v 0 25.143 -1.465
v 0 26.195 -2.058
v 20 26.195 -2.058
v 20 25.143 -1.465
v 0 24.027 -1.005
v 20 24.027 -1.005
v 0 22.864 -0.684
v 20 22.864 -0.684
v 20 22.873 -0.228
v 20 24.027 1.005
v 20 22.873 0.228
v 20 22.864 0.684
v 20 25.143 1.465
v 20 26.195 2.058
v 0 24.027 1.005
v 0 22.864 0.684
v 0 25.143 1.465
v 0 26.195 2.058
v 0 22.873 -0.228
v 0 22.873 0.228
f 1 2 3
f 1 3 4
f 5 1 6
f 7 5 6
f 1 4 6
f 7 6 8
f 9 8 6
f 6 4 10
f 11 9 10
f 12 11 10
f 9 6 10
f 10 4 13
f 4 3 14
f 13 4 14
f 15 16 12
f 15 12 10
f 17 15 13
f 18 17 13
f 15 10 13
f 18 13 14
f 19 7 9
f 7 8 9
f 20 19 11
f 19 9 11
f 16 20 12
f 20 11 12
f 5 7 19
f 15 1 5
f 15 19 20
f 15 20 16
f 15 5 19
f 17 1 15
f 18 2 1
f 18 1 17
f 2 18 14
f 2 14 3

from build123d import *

# Parameters (mm, degrees)
BASPROSKE_W     = 20
BASPROSKE_H     = 26.25
TOOTHCUT_DEPTH  = 43.167819484
TEETHCUTS_COUNT = 33
TEETHCUTS_ANGLE = 349.090909091
BORSKE_R        = 15
BORE_DEPTH      = 50.0000508
KEYSKE_W        = 10
KEYSKE_H        = 18.3
KEYWAY_DEPTH    = 50.0000508
EXTRUDE_START   = 1
SKETCH_1_R      = 28
EXTRUDE_2_DEPTH = 1
SKETCH_2_R      = 28
EXTRUDE_3_DEPTH = 1
EXTRUDE_4_DEPTH = 10


with BuildPart() as part:
    # BasProSke → Base-Revolve (revolve)
    with BuildSketch(Plane(origin=(0, 0, 0), x_dir=(1, 0, 0), z_dir=(0, 1, 0)), mode=Mode.PRIVATE) as base_revolve_sk:
        with Locations((10, 13.125)):
            Rectangle(BASPROSKE_W, BASPROSKE_H)
    revolve(base_revolve_sk.sketch.rotate(Axis((-10, 0, 0), (1, 0, 0)), 180), axis=Axis((-10, 0, 0), (1, 0, 0)))

    # TooCutSke → ToothCut (cut, through all)
    with BuildSketch(Plane(origin=(0, 0, 0), x_dir=(0, 0, -1), z_dir=(1, 0, 0))):
        with BuildLine():
            ThreePointArc((0.683690741, 22.863780155), (0, 22.874), (-0.683690741, 22.863780155))
            ThreePointArc((-0.683690741, 22.863780155), (-1.217783987, 24.592276227), (-2.057504394, 26.194719331))
            ThreePointArc((-2.057504394, 26.194719331), (0, 26.2754), (2.057504394, 26.194719331))
            ThreePointArc((2.057504394, 26.194719331), (1.217783987, 24.592276227), (0.683690741, 22.863780155))
        make_face()
    toothcut = extrude(amount=TOOTHCUT_DEPTH, mode=Mode.SUBTRACT)

    # TeethCuts: ToothCut ×33 about axis
    teethcuts_axis = Axis((-10, 0, 0), (1, 0, 0))
    for i in range(1, TEETHCUTS_COUNT):
        add(toothcut.rotate(teethcuts_axis, i * TEETHCUTS_ANGLE / (TEETHCUTS_COUNT - 1)), mode=Mode.SUBTRACT)

    # BorSke → Bore (cut, symmetric)
    with BuildSketch(Plane(origin=(0, 0, 0), x_dir=(0, 0, -1), z_dir=(1, 0, 0))):
        with Locations(Location((0, 0, 0), (0, 0, 180))):
            Circle(BORSKE_R)
    extrude(amount=BORE_DEPTH, both=True, mode=Mode.SUBTRACT)

    # KeySke → Keyway (cut, symmetric)
    with BuildSketch(Plane(origin=(0, 0, 0), x_dir=(0, 0, -1), z_dir=(1, 0, 0))):
        with Locations((0, 9.15)):
            Rectangle(KEYSKE_W, KEYSKE_H)
    extrude(amount=KEYWAY_DEPTH, both=True, mode=Mode.SUBTRACT)

    # Эскиз1 → Бобышка-Вытянуть2 (add)
    with BuildSketch(Plane(origin=(20, 0, 0), x_dir=(0, 0, -1), z_dir=(1, 0, 0)).offset(EXTRUDE_START)):
        Circle(SKETCH_1_R)
        with BuildLine():
            Line((5, 18.3), (-5, 18.3))
            Line((-5, 18.3), (-5, 14.142135624))
            ThreePointArc((-5, 14.142135624), (0, -15), (5, 14.142135624))
            Line((5, 14.142135624), (5, 18.3))
        make_face(mode=Mode.SUBTRACT)
    extrude(amount=-EXTRUDE_2_DEPTH)

    # Эскиз2 → Бобышка-Вытянуть3 (add)
    with BuildSketch(Plane.ZY):
        with Locations(Location((0, 0, 0), (0, 0, 180))):
            Circle(SKETCH_2_R)
        with BuildLine():
            Line((-5, 18.3), (-5, 14.142135624))
            ThreePointArc((-5, 14.142135624), (0, -15), (5, 14.142135624))
            Line((5, 14.142135624), (5, 18.3))
            Line((5, 18.3), (-5, 18.3))
        make_face(mode=Mode.SUBTRACT)
    extrude(amount=EXTRUDE_3_DEPTH)


with BuildPart() as body_2:
    # Эскиз4 → Бобышка-Вытянуть4 (new, symmetric)
    with BuildSketch(Plane(origin=(10, 0, 0), x_dir=(0, 0, -1), z_dir=(1, 0, 0))):
        with BuildLine():
            Line((-2.057504394, 26.194719331), (2.057504394, 26.194719331))
            ThreePointArc((2.057504394, 26.194719331), (1.217783987, 24.592276227), (0.683690741, 22.863780155))
            ThreePointArc((0.683690741, 22.863780155), (0, 22.874), (-0.683690741, 22.863780155))
            ThreePointArc((-0.683690741, 22.863780155), (-1.217783987, 24.592276227), (-2.057504394, 26.194719331))
        make_face()
    extrude(amount=EXTRUDE_4_DEPTH, both=True)


solid = body_2.part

▬▬▬▬▬▬▬▬▬▬

The answer must be the complete set of entries, retyped exactly.

v 0 25.143 -1.465
v 0 26.195 -2.058
v 20 26.195 -2.058
v 20 25.143 -1.465
v 0 24.027 -1.005
v 20 24.027 -1.005
v 0 22.864 -0.684
v 20 22.864 -0.684
v 20 22.873 -0.228
v 20 24.027 1.005
v 20 22.873 0.228
v 20 22.864 0.684
v 20 25.143 1.465
v 20 26.195 2.058
v 0 24.027 1.005
v 0 22.864 0.684
v 0 25.143 1.465
v 0 26.195 2.058
v 0 22.873 -0.228
v 0 22.873 0.228
f 1 2 3
f 1 3 4
f 5 1 6
f 7 5 6
f 1 4 6
f 7 6 8
f 9 8 6
f 6 4 10
f 11 9 10
f 12 11 10
f 9 6 10
f 10 4 13
f 4 3 14
f 13 4 14
f 15 16 12
f 15 12 10
f 17 15 13
f 18 17 13
f 15 10 13
f 18 13 14
f 19 7 9
f 7 8 9
f 20 19 11
f 19 9 11
f 16 20 12
f 20 11 12
f 5 7 19
f 15 1 5
f 15 19 20
f 15 20 16
f 15 5 19
f 17 1 15
f 18 2 1
f 18 1 17
f 2 18 14
f 2 14 3

from build123d import *

# Parameters (mm, degrees)
BASPROSKE_W     = 20
BASPROSKE_H     = 26.25
TOOTHCUT_DEPTH  = 43.167819484
TEETHCUTS_COUNT = 33
TEETHCUTS_ANGLE = 349.090909091
BORSKE_R        = 15
BORE_DEPTH      = 50.0000508
KEYSKE_W        = 10
KEYSKE_H        = 18.3
KEYWAY_DEPTH    = 50.0000508
EXTRUDE_START   = 1
SKETCH_1_R      = 28
EXTRUDE_2_DEPTH = 1
SKETCH_2_R      = 28
EXTRUDE_3_DEPTH = 1
EXTRUDE_4_DEPTH = 10


with BuildPart() as part:
    # BasProSke → Base-Revolve (revolve)
    with BuildSketch(Plane(origin=(0, 0, 0), x_dir=(1, 0, 0), z_dir=(0, 1, 0)), mode=Mode.PRIVATE) as base_revolve_sk:
        with Locations((10, 13.125)):
            Rectangle(BASPROSKE_W, BASPROSKE_H)
    revolve(base_revolve_sk.sketch.rotate(Axis((-10, 0, 0), (1, 0, 0)), 180), axis=Axis((-10, 0, 0), (1, 0, 0)))

    # TooCutSke → ToothCut (cut, through all)
    with BuildSketch(Plane(origin=(0, 0, 0), x_dir=(0, 0, -1), z_dir=(1, 0, 0))):
        with BuildLine():
            ThreePointArc((0.683690741, 22.863780155), (0, 22.874), (-0.683690741, 22.863780155))
            ThreePointArc((-0.683690741, 22.863780155), (-1.217783987, 24.592276227), (-2.057504394, 26.194719331))
            ThreePointArc((-2.057504394, 26.194719331), (0, 26.2754), (2.057504394, 26.194719331))
            ThreePointArc((2.057504394, 26.194719331), (1.217783987, 24.592276227), (0.683690741, 22.863780155))
        make_face()
    toothcut = extrude(amount=TOOTHCUT_DEPTH, mode=Mode.SUBTRACT)

    # TeethCuts: ToothCut ×33 about axis
    teethcuts_axis = Axis((-10, 0, 0), (1, 0, 0))
    for i in range(1, TEETHCUTS_COUNT):
        add(toothcut.rotate(teethcuts_axis, i * TEETHCUTS_ANGLE / (TEETHCUTS_COUNT - 1)), mode=Mode.SUBTRACT)

    # BorSke → Bore (cut, symmetric)
    with BuildSketch(Plane(origin=(0, 0, 0), x_dir=(0, 0, -1), z_dir=(1, 0, 0))):
        with Locations(Location((0, 0, 0), (0, 0, 180))):
            Circle(BORSKE_R)
    extrude(amount=BORE_DEPTH, both=True, mode=Mode.SUBTRACT)

    # KeySke → Keyway (cut, symmetric)
    with BuildSketch(Plane(origin=(0, 0, 0), x_dir=(0, 0, -1), z_dir=(1, 0, 0))):
        with Locations((0, 9.15)):
            Rectangle(KEYSKE_W, KEYSKE_H)
    extrude(amount=KEYWAY_DEPTH, both=True, mode=Mode.SUBTRACT)

    # Эскиз1 → Бобышка-Вытянуть2 (add)
    with BuildSketch(Plane(origin=(20, 0, 0), x_dir=(0, 0, -1), z_dir=(1, 0, 0)).offset(EXTRUDE_START)):
        Circle(SKETCH_1_R)
        with BuildLine():
            Line((5, 18.3), (-5, 18.3))
            Line((-5, 18.3), (-5, 14.142135624))
            ThreePointArc((-5, 14.142135624), (0, -15), (5, 14.142135624))
            Line((5, 14.142135624), (5, 18.3))
        make_face(mode=Mode.SUBTRACT)
    extrude(amount=-EXTRUDE_2_DEPTH)

    # Эскиз2 → Бобышка-Вытянуть3 (add)
    with BuildSketch(Plane.ZY):
        with Locations(Location((0, 0, 0), (0, 0, 180))):
            Circle(SKETCH_2_R)
        with BuildLine():
            Line((-5, 18.3), (-5, 14.142135624))
            ThreePointArc((-5, 14.142135624), (0, -15), (5, 14.142135624))
            Line((5, 14.142135624), (5, 18.3))
            Line((5, 18.3), (-5, 18.3))
        make_face(mode=Mode.SUBTRACT)
    extrude(amount=EXTRUDE_3_DEPTH)


with BuildPart() as body_2:
    # Эскиз4 → Бобышка-Вытянуть4 (new, symmetric)
    with BuildSketch(Plane(origin=(10, 0, 0), x_dir=(0, 0, -1), z_dir=(1, 0, 0))):
        with BuildLine():
            Line((-2.057504394, 26.194719331), (2.057504394, 26.194719331))
            ThreePointArc((2.057504394, 26.194719331), (1.217783987, 24.592276227), (0.683690741, 22.863780155))
            ThreePointArc((0.683690741, 22.863780155), (0, 22.874), (-0.683690741, 22.863780155))
            ThreePointArc((-0.683690741, 22.863780155), (-1.217783987, 24.592276227), (-2.057504394, 26.194719331))
        make_face()
    extrude(amount=EXTRUDE_4_DEPTH, both=True)


solid = body_2.part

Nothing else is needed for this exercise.